One of my students asked me today, “What kind of person would do that?” It was a question that stopped me in my tracks.
We were talking about the killings that have been happening in Chinese elementary schools, and it was a seemingly innocent and understandable question, and maybe even one that seems a bit trivial or naive. But it bit deep into a real issue that I think really does bother most people when we read something like this.
So I thought for a moment, trying to answer this student, and was shocked at my own incomprehension. What would make a person do that to anyone, let alone 5 year old children who have never done anything to harm him? As I struggled, it dawned on me that the answer was that no human really would. It makes me think of Frank Herbert’s classic novel Dune, and the test of the Gom Jabbar, where the point of the test is to make sure our young hero, Paul, is really human. Herbert suggests that some people are not really human, and the test is one of the greatest parts of that book, and it dives into a huge realm of psychology about the “nature” of human beings and how they react to fear.
Fear really is the thing that makes us understand who we really are. And it is the place where we either abdicate our humanity, or accept and utilize that which makes us wholly unique on this planet. This man in China was not human. At least not anymore. He was lashing out indiscriminately, as a wounded animal might at its own rescuers. But does this really even explain the whole thing? In reality, it does not. We are still faced with the complete horror of what this man did. And the inability to understand it. An injured animal may lash out at someone who is trying to rescue it, but that is because it fears more harm. But an injured animal almost never goes looking for another animal or object to harm, as this man did. Injured animals usually are only dangerous if you cross their path. But this man, unlike a wounded animal, sought out innocents and lashed out at them, suggesting something even more than fear and woundedness.
As I thought about all of this, I realized there was an answer, and it was incorporated all in the idea that no normal person or animal would do something like this. And that answer is the fact that there are forces in our world – like Gandalf would say: forces for good and forces for evil. And they are not human. Those forces for evil would kill little children like that. That is what they do.
I know it sounds strange, or even cheesy to say that. But look around you. We know that we believe in supernatural forces. They’re everywhere in TV and the movies. So do we really believe in them, or do we only think about that as a form of entertainment? It reminds me of the original Dracula by Bram Stroker. The characters in the book try many different things to save Lucy by using science, but everything fails. And it is Dr. Van Helsing’s refusal to name the evil that is causing her sickness that eventually kills her. When Mina is also bitten by Dracula, the characters of the book finally realize that they must face this evil, which they do. Look at that version of Dracula and its message, and then look at the (ahem) crap vampire moves being made today, and I think that sums up how our culture has changed in its view of evil.
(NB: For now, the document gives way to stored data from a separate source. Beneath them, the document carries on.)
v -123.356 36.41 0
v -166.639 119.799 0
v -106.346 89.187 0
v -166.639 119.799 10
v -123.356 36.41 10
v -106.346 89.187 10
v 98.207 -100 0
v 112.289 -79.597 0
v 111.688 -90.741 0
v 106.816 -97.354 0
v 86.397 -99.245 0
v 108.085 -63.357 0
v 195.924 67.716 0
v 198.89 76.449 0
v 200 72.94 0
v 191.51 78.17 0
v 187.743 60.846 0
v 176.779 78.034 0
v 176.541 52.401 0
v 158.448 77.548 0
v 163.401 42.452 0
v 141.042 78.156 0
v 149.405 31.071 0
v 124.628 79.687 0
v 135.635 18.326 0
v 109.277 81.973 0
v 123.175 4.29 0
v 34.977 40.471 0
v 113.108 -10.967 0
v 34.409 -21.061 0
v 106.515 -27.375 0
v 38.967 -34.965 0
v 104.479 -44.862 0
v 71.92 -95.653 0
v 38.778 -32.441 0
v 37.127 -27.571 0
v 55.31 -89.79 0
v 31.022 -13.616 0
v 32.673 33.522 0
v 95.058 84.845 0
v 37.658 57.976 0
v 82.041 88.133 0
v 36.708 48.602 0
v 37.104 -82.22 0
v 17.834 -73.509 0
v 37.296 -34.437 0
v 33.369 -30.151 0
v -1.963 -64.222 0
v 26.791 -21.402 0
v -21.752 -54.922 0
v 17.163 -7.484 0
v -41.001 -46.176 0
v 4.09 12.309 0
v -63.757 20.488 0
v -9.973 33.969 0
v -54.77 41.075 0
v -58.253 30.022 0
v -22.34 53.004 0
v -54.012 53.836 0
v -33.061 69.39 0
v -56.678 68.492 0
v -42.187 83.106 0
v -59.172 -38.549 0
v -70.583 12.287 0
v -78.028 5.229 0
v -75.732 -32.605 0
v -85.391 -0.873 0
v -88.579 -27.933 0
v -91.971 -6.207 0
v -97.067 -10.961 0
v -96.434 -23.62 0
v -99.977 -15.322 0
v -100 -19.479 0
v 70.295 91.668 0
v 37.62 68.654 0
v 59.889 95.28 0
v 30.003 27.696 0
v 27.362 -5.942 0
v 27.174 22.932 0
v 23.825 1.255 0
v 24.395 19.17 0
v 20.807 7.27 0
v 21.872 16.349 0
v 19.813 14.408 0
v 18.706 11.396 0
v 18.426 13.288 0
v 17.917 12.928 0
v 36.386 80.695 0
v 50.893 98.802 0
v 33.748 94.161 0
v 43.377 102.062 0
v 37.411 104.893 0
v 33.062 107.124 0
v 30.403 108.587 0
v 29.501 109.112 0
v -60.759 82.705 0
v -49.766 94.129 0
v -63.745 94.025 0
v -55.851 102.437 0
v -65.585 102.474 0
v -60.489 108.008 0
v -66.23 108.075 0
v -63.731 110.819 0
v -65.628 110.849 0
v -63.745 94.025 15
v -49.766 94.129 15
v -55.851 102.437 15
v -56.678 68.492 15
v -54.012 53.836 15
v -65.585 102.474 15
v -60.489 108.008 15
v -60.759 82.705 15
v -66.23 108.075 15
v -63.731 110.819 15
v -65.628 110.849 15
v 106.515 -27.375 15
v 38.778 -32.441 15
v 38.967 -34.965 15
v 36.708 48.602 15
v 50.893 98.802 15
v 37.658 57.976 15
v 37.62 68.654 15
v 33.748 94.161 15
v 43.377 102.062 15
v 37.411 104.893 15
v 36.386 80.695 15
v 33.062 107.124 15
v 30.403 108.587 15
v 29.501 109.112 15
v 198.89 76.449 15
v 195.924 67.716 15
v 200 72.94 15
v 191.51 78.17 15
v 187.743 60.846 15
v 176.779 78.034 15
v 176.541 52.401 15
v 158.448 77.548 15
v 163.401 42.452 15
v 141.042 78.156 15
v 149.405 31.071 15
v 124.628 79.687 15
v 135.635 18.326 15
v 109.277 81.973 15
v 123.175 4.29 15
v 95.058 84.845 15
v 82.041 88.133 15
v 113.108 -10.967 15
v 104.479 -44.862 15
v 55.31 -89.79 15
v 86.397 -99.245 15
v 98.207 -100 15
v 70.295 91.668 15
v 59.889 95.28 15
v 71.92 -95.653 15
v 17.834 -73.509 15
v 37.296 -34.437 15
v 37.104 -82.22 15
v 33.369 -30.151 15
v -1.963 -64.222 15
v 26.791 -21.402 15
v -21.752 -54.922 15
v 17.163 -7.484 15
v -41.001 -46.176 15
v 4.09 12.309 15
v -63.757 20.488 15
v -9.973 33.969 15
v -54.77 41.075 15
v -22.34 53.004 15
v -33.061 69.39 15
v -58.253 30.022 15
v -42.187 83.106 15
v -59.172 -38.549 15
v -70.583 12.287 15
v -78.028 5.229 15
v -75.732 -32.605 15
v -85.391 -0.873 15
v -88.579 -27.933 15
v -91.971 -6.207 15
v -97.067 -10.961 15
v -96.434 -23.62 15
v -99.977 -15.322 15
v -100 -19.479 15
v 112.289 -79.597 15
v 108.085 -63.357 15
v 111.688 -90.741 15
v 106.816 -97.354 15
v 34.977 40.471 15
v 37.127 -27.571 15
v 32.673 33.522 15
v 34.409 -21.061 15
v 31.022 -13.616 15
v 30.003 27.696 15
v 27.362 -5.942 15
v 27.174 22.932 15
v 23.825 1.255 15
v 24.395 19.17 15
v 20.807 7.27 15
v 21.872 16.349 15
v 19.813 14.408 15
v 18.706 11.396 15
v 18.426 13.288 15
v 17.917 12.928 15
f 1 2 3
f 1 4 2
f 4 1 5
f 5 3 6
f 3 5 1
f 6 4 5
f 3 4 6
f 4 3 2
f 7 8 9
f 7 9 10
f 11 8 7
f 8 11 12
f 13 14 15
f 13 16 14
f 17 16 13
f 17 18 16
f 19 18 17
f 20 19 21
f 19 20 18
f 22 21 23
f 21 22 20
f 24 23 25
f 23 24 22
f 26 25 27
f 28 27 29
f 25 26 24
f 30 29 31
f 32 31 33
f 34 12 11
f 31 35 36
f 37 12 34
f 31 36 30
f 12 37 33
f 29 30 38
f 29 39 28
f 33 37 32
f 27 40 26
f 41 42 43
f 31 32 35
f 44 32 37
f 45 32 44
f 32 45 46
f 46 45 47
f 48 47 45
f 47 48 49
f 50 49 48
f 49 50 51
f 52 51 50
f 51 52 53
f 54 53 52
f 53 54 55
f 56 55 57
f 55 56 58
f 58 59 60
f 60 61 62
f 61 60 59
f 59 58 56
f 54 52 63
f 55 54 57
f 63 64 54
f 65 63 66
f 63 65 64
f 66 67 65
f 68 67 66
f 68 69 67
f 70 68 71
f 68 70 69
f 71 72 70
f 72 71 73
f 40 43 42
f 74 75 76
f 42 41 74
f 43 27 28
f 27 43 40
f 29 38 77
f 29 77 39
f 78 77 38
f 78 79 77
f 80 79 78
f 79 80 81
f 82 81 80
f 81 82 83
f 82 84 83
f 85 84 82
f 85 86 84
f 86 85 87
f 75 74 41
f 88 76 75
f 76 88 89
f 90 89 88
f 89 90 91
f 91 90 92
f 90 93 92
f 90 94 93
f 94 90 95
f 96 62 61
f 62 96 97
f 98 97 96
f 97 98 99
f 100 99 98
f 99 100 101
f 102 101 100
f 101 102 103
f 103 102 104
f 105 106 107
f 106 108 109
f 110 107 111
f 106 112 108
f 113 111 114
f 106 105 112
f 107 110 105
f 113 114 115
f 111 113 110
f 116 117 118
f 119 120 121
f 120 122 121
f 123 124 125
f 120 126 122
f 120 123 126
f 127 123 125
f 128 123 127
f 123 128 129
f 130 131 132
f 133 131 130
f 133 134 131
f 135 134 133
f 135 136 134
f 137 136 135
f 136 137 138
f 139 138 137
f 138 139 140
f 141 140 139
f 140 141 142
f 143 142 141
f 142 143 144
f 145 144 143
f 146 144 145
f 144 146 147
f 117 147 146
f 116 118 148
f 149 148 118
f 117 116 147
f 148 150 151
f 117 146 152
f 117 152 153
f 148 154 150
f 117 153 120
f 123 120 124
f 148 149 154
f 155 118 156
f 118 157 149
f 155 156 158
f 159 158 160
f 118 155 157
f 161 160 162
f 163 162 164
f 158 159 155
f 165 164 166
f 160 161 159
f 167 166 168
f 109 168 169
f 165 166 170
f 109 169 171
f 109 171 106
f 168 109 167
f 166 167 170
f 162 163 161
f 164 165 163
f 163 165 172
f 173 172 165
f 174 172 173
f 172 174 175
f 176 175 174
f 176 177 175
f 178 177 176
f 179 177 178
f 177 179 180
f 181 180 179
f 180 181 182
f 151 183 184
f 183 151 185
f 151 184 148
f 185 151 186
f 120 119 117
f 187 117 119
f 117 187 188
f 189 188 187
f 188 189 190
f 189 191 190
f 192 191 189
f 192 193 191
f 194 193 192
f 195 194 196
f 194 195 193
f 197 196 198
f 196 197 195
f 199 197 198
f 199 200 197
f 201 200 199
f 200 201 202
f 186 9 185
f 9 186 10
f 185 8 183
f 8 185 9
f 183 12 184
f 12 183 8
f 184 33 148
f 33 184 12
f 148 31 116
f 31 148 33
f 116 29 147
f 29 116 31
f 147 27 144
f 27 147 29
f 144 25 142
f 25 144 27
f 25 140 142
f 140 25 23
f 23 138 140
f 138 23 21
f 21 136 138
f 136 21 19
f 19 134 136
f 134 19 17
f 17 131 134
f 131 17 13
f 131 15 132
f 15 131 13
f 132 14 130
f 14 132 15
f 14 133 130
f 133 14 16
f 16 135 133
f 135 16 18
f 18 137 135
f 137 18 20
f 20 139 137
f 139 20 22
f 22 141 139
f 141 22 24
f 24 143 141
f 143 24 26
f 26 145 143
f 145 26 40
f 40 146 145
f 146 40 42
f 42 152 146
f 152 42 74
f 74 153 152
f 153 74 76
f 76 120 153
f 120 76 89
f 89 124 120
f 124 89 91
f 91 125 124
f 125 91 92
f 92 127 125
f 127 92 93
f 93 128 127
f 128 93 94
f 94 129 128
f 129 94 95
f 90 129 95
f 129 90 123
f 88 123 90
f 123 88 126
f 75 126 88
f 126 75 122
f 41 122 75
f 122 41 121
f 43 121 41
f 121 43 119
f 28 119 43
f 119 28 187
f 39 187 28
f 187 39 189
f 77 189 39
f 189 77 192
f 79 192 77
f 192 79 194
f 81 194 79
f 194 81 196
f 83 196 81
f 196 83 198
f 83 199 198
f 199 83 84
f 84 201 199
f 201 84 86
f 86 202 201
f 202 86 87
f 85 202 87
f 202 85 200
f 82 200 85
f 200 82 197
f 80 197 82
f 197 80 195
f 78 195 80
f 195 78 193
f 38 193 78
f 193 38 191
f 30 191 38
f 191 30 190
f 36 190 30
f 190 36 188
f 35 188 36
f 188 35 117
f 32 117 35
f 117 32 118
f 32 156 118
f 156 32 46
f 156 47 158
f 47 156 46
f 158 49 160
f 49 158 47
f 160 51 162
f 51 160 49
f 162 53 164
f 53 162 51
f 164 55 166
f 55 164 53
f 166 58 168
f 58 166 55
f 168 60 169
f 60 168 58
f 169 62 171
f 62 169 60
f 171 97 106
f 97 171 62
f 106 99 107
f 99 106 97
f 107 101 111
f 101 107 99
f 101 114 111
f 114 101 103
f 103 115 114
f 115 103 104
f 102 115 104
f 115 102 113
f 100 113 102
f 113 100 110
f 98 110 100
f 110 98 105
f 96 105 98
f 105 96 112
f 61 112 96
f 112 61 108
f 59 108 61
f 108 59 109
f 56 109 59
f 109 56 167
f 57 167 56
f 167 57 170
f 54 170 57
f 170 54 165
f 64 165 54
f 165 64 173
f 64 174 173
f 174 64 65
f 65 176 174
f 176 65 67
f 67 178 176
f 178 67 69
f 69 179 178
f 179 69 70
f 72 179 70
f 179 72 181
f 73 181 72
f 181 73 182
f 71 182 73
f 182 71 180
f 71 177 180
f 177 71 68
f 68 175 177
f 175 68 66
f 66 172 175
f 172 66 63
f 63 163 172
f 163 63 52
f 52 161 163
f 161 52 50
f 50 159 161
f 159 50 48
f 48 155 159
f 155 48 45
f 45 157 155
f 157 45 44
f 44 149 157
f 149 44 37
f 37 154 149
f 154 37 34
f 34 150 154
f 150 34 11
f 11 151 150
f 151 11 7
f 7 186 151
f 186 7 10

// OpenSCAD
// file: bezier_curves.scad
// Width: 300.0, Height: 210.84904916813773
module bezier_curves() {
    polygon(points=[
        [129.50063556158614, 209.1120295589388],
        [133.74846057711048, 194.1613740123652],
        [136.38563815666978, 180.69539871636377],
        [137.61962974733922, 168.65371796536743],
        [137.65789679619388, 157.97594605380925],
        [136.707900750309, 148.60169727612217],
        [134.9771030567596, 140.47058592673926],
        [132.67296516262093, 133.52222630009348],
        [130.00294851496804, 127.69623269061778],
        [127.17451456087612, 122.93221939274528],
        [124.39512474742028, 119.16980070090892],
        [121.87224052167568, 116.34859090954168],
        [119.81332333071748, 114.40820431307667],
        [118.42583462162075, 113.28825520594674],
        [117.91723584146071, 112.928357882585],
        [117.9172358414608, 112.928357882585],
        [118.70576650097378, 111.39608910688686],
        [120.80702733998017, 107.26977804379504],
        [123.82452164918118, 101.25516758931309],
        [127.3617527192781, 94.05800063944491],
        [131.02222384097206, 86.38402009019408],
        [134.40943830496434, 78.93896883756443],
        [137.12689940195617, 72.42858977755965],
        [138.77811042264878, 67.55862580618344],
        [138.96657465774334, 65.03481981943958],
        [137.29579539794105, 65.56291471333171],
        [133.36927593394321, 69.84865338386358],
        [126.79051955645103, 78.59777872703894],
        [117.16302955616572, 92.5160336388616],
        [104.09030922378844, 112.30916101533509],
        [104.09030922378857, 112.30916101533522],
        [90.0273819732726, 133.96943825295668],
        [77.66025522902768, 153.00380840808842],
        [66.93891509575825, 169.3900101472046],
        [57.81334767816869, 183.1057821367796],
        [50.233539080963475, 194.12886304328774],
        [44.14947540884698, 202.43699153320335],
        [39.51114276652361, 208.00790627300066],
        [36.26852725869782, 210.819345929154],
        [34.37161499007403, 210.84904916813773],
        [33.77039206535661, 208.07475465642614],
        [34.41484458925001, 202.47420106049347],
        [36.254958666458656, 194.02512704681416],
        [39.24072040168692, 182.70527128186234],
        [43.322115899639265, 168.49237243211246],
        [43.322115899639236, 168.49237243211263],
        [45.98838760251184, 153.83595497080512],
        [45.22968815261544, 141.07509755100332],
        [41.7473648758352, 130.02187962656137],
        [36.24276509805635, 120.4883806513334],
        [29.41723614516407, 112.28668007917348],
        [21.972125343043583, 105.2288573639359],
        [14.608780017580068, 99.12699195947472],
        [8.028547494658753, 93.79316331964402],
        [2.932775100164835, 89.03945089829806],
Will we wake up and realize that there is evil in the world, and that it isn’t just in us? Because it is that very denial of evil that gives it the power over us that it has. As J.K Rowling penned into Harry Potter and the Chamber of Secrets, “Fear of a name increases fear of the thing itself.” And that series also brings in those classic elements. How much greater was Voldemort’s power because so many did not believe that he had come back? And how long will we refuse to acknowledge that there is a supernatural evil? He may have many names, but we cannot ignore his existence. You can call him Satan, you can call him Beelzebub, Lucifer, or whatever. The important thing is to look around you at the world today and see through all the technology and all the science (which are their own religion and mythologies), and realize that there are things that will never be quantified or numerically categorized. To ignore something because you can’t see it never changes the fact that the things still exists. You can believe as hard as you want that a car is not made of steel, but no matter what, standing in the middle of the road will end in the same result.